Ross Browner

No. 79
- Position: Defensive end

Personal information
- Born: March 22, 1954 Warren, Ohio, U.S.
- Died: January 4, 2022 (aged 67) Nashville, Tennessee, U.S.
- Listed height: 6 ft 3 in (1.91 m)
- Listed weight: 262 lb (119 kg)

Career information
- High school: Western Reserve (Warren)
- College: Notre Dame (1973, 1975–1977)
- NFL draft: 1978: 1st round, 8th overall pick

Career history
- Cincinnati Bengals (1978–1985); Houston Gamblers (1985); Cincinnati Bengals (1985–1986); Green Bay Packers (1987);

Awards and highlights
- PFWA NFL All-Rookie Team (1978); Cincinnati Bengals 40th Anniversary Team; 2× National champion (1973, 1977); 2× Unanimous All-American (1976, 1977); Maxwell Award (1977); Lombardi Award (1977); Outland Trophy (1976); 2× UPI Lineman of the Year (1976, 1977);

Career NFL statistics
- Sacks: 62.5
- Safeties: 1
- Fumble recoveries: 10
- Interceptions: 1
- Stats at Pro Football Reference
- College Football Hall of Fame

= Ross Browner =

American football player (1954–2022)

Ross Dean Browner (March 22, 1954 – January 4, 2022) was an American professional football defensive end who played for ten seasons in the National Football League (NFL), mainly for the Cincinnati Bengals. He played college football for the Notre Dame Fighting Irish and was selected by the Bengals in the first round (eighth overall) of the 1978 NFL draft.

==Early life==
Browner was born on March 22, 1954, in Warren, Ohio, where he also grew up. As a child he was primarily interested in swimming and diving, before concentrating on football. He attended Warren Western Reserve High School and during his senior year he was named first-team AAA (big school) all-state defensive end.

==College career==
Ross Browner was one of the most decorated defensive players in the history of college football. At the University of Notre Dame he was a four-year starter at defensive end in 1973 and 1975–77. He was a unanimous All-America his junior and senior seasons of 1976 and 1977. In 1976, he won the Outland trophy as the nation's best interior or defensive lineman; also in 1976, United Press International named him Lineman of the Year. He won the Lombardi Trophy as the nation's best lineman and the Maxwell Award as the nation's best player and again won the UPI Lineman of the Year Award, the only player ever to win it twice. In the decade of the 1970s, Browner was the only lineman who won the Maxwell. In 1977, he also placed fifth in voting for the Heisman Trophy. During his senior year in college, he was featured on the cover of Sports Illustrated with the subheading of "Notre Dame's Peerless Ross Browner."

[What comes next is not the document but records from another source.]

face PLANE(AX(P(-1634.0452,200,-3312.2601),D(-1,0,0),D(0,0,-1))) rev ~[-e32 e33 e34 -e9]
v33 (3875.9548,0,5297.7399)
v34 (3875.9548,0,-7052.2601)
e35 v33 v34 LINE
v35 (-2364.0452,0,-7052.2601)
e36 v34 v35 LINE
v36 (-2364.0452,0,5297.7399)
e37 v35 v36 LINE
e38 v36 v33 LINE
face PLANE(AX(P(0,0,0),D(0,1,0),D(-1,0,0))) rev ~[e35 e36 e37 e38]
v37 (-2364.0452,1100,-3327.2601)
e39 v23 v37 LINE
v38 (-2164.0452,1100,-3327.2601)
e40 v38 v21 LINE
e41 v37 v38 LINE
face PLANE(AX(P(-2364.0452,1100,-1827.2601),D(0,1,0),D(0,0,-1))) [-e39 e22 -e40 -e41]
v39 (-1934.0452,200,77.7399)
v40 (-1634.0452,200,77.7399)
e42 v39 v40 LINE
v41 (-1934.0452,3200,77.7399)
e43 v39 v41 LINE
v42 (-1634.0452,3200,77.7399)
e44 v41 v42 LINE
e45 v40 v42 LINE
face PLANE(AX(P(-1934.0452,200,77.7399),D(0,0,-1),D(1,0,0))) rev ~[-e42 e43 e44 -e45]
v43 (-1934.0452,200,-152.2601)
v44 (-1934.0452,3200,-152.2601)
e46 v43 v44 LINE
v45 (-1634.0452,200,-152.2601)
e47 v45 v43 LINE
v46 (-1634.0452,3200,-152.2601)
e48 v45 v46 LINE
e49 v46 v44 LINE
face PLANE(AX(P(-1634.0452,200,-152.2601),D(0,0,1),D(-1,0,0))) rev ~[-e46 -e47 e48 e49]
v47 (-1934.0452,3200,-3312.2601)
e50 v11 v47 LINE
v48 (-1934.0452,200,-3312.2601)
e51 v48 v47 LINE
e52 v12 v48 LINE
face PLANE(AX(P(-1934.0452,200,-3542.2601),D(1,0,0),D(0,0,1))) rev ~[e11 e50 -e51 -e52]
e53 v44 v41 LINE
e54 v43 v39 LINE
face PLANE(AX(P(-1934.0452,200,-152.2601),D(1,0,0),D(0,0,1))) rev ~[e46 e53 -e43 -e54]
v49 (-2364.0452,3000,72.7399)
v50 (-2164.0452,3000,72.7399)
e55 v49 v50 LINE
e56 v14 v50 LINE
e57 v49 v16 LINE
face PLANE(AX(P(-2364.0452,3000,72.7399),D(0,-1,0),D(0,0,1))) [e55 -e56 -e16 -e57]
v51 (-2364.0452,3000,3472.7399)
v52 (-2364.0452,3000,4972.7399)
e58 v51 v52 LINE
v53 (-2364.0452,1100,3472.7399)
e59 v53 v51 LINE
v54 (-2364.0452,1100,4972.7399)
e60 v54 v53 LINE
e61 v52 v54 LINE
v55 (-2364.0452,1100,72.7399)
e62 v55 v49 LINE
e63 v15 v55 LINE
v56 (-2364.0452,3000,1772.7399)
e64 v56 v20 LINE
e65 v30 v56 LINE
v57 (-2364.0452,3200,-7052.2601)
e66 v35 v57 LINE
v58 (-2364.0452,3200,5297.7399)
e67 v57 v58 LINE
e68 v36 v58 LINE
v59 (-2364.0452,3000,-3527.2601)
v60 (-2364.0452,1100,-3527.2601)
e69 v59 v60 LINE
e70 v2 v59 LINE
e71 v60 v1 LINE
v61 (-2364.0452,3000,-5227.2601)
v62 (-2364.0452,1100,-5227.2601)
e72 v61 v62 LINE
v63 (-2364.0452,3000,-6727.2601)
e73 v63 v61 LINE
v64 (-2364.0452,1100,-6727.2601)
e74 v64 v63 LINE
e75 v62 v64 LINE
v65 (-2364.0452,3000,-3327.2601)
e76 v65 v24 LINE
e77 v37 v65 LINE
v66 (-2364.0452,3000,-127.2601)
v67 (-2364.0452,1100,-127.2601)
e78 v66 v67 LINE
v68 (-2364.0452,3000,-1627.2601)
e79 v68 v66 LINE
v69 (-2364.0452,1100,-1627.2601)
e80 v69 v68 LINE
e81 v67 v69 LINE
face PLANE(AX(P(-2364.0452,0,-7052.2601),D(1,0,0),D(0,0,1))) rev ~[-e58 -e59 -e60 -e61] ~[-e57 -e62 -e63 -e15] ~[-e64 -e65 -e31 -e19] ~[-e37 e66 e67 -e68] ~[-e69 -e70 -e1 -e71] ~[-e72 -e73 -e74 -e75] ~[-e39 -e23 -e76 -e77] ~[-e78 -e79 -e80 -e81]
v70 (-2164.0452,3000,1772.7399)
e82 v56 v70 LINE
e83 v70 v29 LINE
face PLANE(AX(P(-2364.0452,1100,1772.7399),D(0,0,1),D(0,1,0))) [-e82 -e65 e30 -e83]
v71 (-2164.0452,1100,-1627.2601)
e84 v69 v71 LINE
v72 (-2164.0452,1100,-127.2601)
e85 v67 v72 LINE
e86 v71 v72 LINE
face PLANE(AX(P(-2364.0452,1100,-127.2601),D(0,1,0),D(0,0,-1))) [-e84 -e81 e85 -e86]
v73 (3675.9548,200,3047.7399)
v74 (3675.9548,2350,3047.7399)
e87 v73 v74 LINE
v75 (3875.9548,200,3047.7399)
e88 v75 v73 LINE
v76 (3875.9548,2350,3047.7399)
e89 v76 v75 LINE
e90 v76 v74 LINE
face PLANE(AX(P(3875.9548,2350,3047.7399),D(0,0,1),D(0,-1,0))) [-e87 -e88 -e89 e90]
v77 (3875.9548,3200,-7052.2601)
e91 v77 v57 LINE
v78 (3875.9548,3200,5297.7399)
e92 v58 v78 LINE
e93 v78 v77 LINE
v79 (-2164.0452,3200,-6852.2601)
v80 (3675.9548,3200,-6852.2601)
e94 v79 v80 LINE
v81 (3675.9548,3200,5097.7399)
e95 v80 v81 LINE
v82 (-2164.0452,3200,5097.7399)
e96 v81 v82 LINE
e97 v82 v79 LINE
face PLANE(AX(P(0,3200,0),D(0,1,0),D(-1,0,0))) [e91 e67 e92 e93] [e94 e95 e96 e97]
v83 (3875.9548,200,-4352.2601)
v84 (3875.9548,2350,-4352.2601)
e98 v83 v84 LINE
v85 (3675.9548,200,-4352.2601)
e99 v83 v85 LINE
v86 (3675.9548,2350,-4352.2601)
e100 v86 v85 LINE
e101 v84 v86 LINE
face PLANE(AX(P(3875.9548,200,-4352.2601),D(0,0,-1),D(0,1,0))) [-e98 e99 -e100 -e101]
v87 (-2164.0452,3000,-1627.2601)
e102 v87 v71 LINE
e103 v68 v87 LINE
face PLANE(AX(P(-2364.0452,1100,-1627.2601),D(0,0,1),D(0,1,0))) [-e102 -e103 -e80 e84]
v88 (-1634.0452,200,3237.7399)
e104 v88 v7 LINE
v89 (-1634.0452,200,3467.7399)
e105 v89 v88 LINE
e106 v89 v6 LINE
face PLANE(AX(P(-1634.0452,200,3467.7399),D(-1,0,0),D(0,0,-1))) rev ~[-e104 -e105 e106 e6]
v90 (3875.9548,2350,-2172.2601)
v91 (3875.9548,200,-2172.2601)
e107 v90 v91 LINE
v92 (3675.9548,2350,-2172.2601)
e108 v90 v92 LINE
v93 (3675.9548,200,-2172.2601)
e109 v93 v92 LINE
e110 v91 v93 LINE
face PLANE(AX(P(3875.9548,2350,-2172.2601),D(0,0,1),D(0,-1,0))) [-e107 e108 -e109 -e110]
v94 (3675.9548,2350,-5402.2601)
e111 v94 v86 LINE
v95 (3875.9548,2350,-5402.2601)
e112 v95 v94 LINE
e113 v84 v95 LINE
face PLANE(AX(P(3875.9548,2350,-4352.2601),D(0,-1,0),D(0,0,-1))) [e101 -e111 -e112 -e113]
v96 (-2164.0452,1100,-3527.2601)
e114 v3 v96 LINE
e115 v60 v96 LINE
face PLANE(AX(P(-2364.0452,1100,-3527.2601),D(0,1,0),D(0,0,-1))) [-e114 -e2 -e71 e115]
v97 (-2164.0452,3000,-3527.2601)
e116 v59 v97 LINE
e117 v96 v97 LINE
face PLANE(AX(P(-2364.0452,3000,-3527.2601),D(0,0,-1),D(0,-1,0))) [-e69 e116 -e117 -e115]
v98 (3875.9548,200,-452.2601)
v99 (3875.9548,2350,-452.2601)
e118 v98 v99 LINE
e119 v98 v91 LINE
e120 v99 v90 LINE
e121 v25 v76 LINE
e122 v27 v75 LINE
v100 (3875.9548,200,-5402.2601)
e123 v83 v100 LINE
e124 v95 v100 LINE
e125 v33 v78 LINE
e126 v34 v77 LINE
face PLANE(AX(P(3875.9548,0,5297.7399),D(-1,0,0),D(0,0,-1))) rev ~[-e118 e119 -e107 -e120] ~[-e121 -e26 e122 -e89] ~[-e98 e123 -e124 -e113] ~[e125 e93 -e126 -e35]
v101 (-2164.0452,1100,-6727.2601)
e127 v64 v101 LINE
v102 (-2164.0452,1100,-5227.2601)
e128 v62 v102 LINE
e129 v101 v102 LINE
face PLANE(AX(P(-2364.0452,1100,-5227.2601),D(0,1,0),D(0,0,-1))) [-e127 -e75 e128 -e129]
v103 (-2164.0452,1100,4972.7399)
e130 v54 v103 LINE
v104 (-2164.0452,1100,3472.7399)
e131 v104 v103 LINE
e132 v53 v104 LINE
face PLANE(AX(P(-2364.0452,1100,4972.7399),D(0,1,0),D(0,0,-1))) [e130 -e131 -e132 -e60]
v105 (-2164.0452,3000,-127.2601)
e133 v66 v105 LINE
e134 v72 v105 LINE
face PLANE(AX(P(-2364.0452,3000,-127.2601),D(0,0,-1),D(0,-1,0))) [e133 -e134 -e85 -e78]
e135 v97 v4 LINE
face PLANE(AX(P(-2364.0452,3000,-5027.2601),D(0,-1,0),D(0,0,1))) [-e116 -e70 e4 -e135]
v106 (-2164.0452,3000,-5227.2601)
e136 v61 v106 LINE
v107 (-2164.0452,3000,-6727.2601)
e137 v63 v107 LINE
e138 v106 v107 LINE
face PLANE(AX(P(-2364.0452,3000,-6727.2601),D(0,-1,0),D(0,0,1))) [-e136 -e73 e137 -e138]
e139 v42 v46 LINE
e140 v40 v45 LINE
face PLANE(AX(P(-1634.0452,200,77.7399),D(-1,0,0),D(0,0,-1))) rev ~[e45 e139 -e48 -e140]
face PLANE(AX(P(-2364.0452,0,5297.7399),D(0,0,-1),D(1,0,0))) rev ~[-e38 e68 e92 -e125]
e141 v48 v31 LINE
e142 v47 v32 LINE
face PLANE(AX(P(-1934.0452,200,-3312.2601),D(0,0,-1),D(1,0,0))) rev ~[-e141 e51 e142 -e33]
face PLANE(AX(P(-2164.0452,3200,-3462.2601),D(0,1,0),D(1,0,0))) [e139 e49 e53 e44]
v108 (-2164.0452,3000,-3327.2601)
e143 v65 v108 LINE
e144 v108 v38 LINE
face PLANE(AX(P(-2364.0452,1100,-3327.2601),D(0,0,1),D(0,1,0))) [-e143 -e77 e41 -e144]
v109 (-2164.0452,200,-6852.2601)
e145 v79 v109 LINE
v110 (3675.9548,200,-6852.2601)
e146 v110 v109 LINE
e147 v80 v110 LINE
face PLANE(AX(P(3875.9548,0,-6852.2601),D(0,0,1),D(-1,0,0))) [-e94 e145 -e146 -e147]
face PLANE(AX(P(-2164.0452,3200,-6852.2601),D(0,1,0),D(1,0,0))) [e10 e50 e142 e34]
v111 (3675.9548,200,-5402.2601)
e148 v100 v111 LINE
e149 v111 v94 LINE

Notre Dame had a 39–7 record in his time that covered 11–0 in 1973, 8–3 in 1975, 9–3 in 1976, and 11–1 in 1977. Notre Dame won National Championships in 1973 and 1977. His career statistics record 340 tackles, a school record; ten deflected passes, two blocked kicks. He also scored a touchdown and two safeties. Browner was inducted into the College Football Hall of Fame in 1999.

==Professional career==
He was the first-round draft pick in the 1978 NFL draft for the Cincinnati Bengals. Voted the team's Most Valuable Player in 1978, he played nine seasons for the Bengals. He set the Super Bowl record for tackles by a defensive lineman in Super Bowl XVI. In 1985, he jumped to the Houston Gamblers of the USFL, but returned the same season to the Bengals. Browner played one season (1987) with the Green Bay Packers before retiring.

==Later life and death==
After retiring, Browner lived for several years in Mason, Ohio, and worked in sports entertainment, the cleaning industry, insurance, mortgages, and business development. He latterly worked in real estate and lived in Nashville, Tennessee.

Browner was the father of former Pittsburgh Steelers offensive tackle Max Starks and former University of Arizona player Rylan Browner. Ross' brothers are former NFL players Jim Browner, Keith Browner and Joey Browner. His nephew, Keith Browner, Jr., played for the Houston Texans.

He died of complications from COVID-19 on January 4, 2022, at the age of 67.